Viejo indigenismo redivivo
Ese ‘otro’ sigue siendo referido como ‘los indígenas’, atavismo de una condición subalterna.
En tiempos de cambio político, definido por la emergencia de un neoindigenismo que politizó el problema étnico desde la palestra izquierdista, y sobre todo en tiempos de una supuesta democracia intercultural con sus aditamentos de lucha contra el racismo y la puesta en práctica de un proceso de descolonización, se antojaba la superación de aquel viejo indigenismo de rasgos paternalistas que contribuyó a la reproducción de la condición subalterna de los indios.
Ese viejo indigenismo, tan viejo como la historia misma de la colonización, era representado así por una sensiblera preocupación por los indios en quienes identificaban la ausencia de razón y espíritu; la ausencia de capacidades y habilidades; la ausencia de creencias fundamentadas y cuerpo estilizado. Y en función de ello, sus practicantes se dieron a la tarea de cultivar en aquellos una razón occidental que como violencia simbólica encontraba su aparente contraparte en la violencia física y la eliminación. Seres impulsivos, irracionales y sin razón religiosa fueron en ese sentido objeto de domesticación en cuya cruzada participaron cuantos actores se creían llamados a producir la redención de los incivilizados.
Ese viejo indigenismo se reprodujo así en razón del persistente problema étnico en tanto componente irrebatible de una realidad que a muchos les parece caprichosa en la medida en que en su racionalidad el indio representó siempre un lastre social, según la herencia arguediana, o la fuente de la energía nacional, según la herencia tamayoana.
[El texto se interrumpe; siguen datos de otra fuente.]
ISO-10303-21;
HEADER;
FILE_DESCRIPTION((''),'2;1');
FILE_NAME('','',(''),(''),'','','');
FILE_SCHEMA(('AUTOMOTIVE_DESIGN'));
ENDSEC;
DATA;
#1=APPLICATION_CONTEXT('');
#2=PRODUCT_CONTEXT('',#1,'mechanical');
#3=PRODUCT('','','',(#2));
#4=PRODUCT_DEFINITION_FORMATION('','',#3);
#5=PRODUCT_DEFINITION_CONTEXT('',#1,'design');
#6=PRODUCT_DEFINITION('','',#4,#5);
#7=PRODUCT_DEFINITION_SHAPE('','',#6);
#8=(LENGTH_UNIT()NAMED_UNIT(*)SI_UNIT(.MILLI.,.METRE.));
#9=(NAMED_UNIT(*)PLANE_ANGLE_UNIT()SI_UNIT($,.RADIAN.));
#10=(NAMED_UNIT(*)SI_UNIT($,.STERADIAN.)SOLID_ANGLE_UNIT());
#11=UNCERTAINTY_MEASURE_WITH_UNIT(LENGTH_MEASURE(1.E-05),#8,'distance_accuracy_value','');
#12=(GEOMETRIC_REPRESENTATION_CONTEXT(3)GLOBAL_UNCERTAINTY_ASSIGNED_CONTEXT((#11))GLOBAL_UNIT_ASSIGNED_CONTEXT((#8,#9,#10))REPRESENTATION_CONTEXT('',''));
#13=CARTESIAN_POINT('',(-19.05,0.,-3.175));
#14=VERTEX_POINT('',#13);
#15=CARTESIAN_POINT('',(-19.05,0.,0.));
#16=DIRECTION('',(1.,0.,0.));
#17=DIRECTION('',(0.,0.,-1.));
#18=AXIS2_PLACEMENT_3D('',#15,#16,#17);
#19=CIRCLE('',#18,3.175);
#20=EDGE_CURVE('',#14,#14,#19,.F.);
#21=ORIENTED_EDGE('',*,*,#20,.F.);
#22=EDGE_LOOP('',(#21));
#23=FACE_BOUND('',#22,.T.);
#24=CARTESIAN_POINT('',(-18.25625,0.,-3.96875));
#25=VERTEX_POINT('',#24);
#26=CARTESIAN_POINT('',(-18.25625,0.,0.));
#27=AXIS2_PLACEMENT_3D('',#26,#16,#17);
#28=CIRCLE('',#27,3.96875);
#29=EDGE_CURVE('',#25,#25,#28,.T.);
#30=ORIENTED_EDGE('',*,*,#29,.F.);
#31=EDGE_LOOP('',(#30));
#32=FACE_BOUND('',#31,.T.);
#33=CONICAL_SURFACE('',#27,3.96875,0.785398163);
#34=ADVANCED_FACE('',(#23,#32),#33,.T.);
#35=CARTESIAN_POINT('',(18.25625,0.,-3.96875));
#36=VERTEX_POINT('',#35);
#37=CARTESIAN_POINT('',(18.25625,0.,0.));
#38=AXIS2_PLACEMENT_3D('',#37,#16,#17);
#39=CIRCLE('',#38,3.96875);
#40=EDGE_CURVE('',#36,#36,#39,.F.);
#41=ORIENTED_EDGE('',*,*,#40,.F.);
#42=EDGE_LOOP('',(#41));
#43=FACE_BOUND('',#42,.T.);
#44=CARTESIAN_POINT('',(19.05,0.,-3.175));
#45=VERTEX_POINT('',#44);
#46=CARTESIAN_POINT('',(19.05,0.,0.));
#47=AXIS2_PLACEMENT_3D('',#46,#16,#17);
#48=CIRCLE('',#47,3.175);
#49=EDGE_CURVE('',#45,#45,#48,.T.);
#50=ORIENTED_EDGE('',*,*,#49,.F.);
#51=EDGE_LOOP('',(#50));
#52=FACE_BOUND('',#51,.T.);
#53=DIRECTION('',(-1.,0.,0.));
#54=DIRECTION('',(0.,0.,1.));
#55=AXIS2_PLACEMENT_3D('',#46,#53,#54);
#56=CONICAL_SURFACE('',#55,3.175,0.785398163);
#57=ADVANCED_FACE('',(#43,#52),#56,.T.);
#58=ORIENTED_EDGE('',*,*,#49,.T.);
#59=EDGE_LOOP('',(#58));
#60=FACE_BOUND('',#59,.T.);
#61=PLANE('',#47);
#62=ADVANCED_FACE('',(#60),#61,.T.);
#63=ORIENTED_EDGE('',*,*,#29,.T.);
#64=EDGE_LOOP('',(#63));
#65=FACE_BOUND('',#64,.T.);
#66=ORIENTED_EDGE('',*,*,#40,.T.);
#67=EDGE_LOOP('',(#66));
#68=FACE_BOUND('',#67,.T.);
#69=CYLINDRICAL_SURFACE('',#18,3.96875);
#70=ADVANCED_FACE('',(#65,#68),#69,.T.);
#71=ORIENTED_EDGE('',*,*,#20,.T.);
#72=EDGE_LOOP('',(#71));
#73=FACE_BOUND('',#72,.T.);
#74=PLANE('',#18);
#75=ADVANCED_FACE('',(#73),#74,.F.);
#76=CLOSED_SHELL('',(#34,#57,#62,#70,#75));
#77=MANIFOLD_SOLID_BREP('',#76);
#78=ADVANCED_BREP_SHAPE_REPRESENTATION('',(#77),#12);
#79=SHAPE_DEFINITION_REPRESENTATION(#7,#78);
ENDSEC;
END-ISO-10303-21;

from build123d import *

# Parameters (mm, degrees)
SKETCH2_R           = 3.96875
EXTRUDE1_DEPTH      = 19.05
EXTRUDE1_DEPTH_BACK = 19.05
CHAMFER1_SIZE       = 0.79375


with BuildPart() as part:
    # Sketch2 → Extrude1 (new body, two sides)
    with BuildSketch(Plane(origin=(0, 0, 0), x_dir=(0, 0, -1), z_dir=(1, 0, 0))) as extrude1_sk:
        Circle(SKETCH2_R)
    extrude(amount=EXTRUDE1_DEPTH)
    extrude(extrude1_sk.sketch, amount=-EXTRUDE1_DEPTH_BACK)

    # Chamfer1
    chamfer1_edges = [part.edges().sort_by_distance(p)[0] for p in [
        (-19.05, 0, 3.96875),
        (19.05, 0, 3.96875),
    ]]
    chamfer(chamfer1_edges, length=CHAMFER1_SIZE)


solid = part.part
Así, próceres del indigenismo hubo muchos, desde doctorcitos liberales o conservadores redimidos, criollos y oligarcas, curas y sacerdotes, políticos y diplomáticos, gobiernos y ONG, indios educados e instruidos bajo los fundamentos del indigenismo, humanistas de las clases dominantes, aventureros que tomaron las armas tentados por ideologías importadas y reformistas del campo institucional, hasta más o menos originarios representantes indígenas educados en las ciudades o aculturizados en éstas. Y su contribución en el reconocimiento de los derechos de los marginados y los desheredados de su propia tierra fue innegablemente importante, ante un orden eternamente colonial. Quizá sin ese indigenismo los históricamente marginados habrían sido privados de cualquier forma de interacción; y sin ese indigenismo tampoco hubiera sido posible el surgimiento del indianismo y, por tanto, el conflicto entre posturas salvacionistas y reivindicativas.
Pues bien, en la actual coyuntura política, avivada por el conflicto en torno a la defensa de la intangibilidad del Territorio Indígena Parque Nacional Isiboro Sécure (TIPNIS) y la promulgación de la ley que elimina esa condición, aquel viejo indigenismo vuelve a emerger con tal fuerza que parece denotar el reflujo de un proceso. Porque alzar la voz por quienes aún consideran incapaces de levantar su propia voz evidencia la persistencia de un colonialismo interno que incluye a actores que hablan, actúan, sienten y sueñan a nombre de los indígenas, sea desde el Estado o desde la sociedad civil. Ese paternalismo redivivo del viejo indigenismo niega así la capacidad de autodeterminación de las comunidades que habitan el TIPNIS, y coloniza su capacidad de acción y reflexión acusando de coloniales a cocaleros y/o ambientalistas, para negar su propio carácter colonial.
El viejo indigenismo revive de ese modo, en tiempos en que se suponía sepultada su más funesta forma paternalista y sobre todo discriminadora, puesto que para los defensores de quienes asumen como indefensos a los originarios, este “otro” sigue siendo referido como “los indígenas”, atavismo de la condición subalterna de los verdaderos dueños de estas tierras.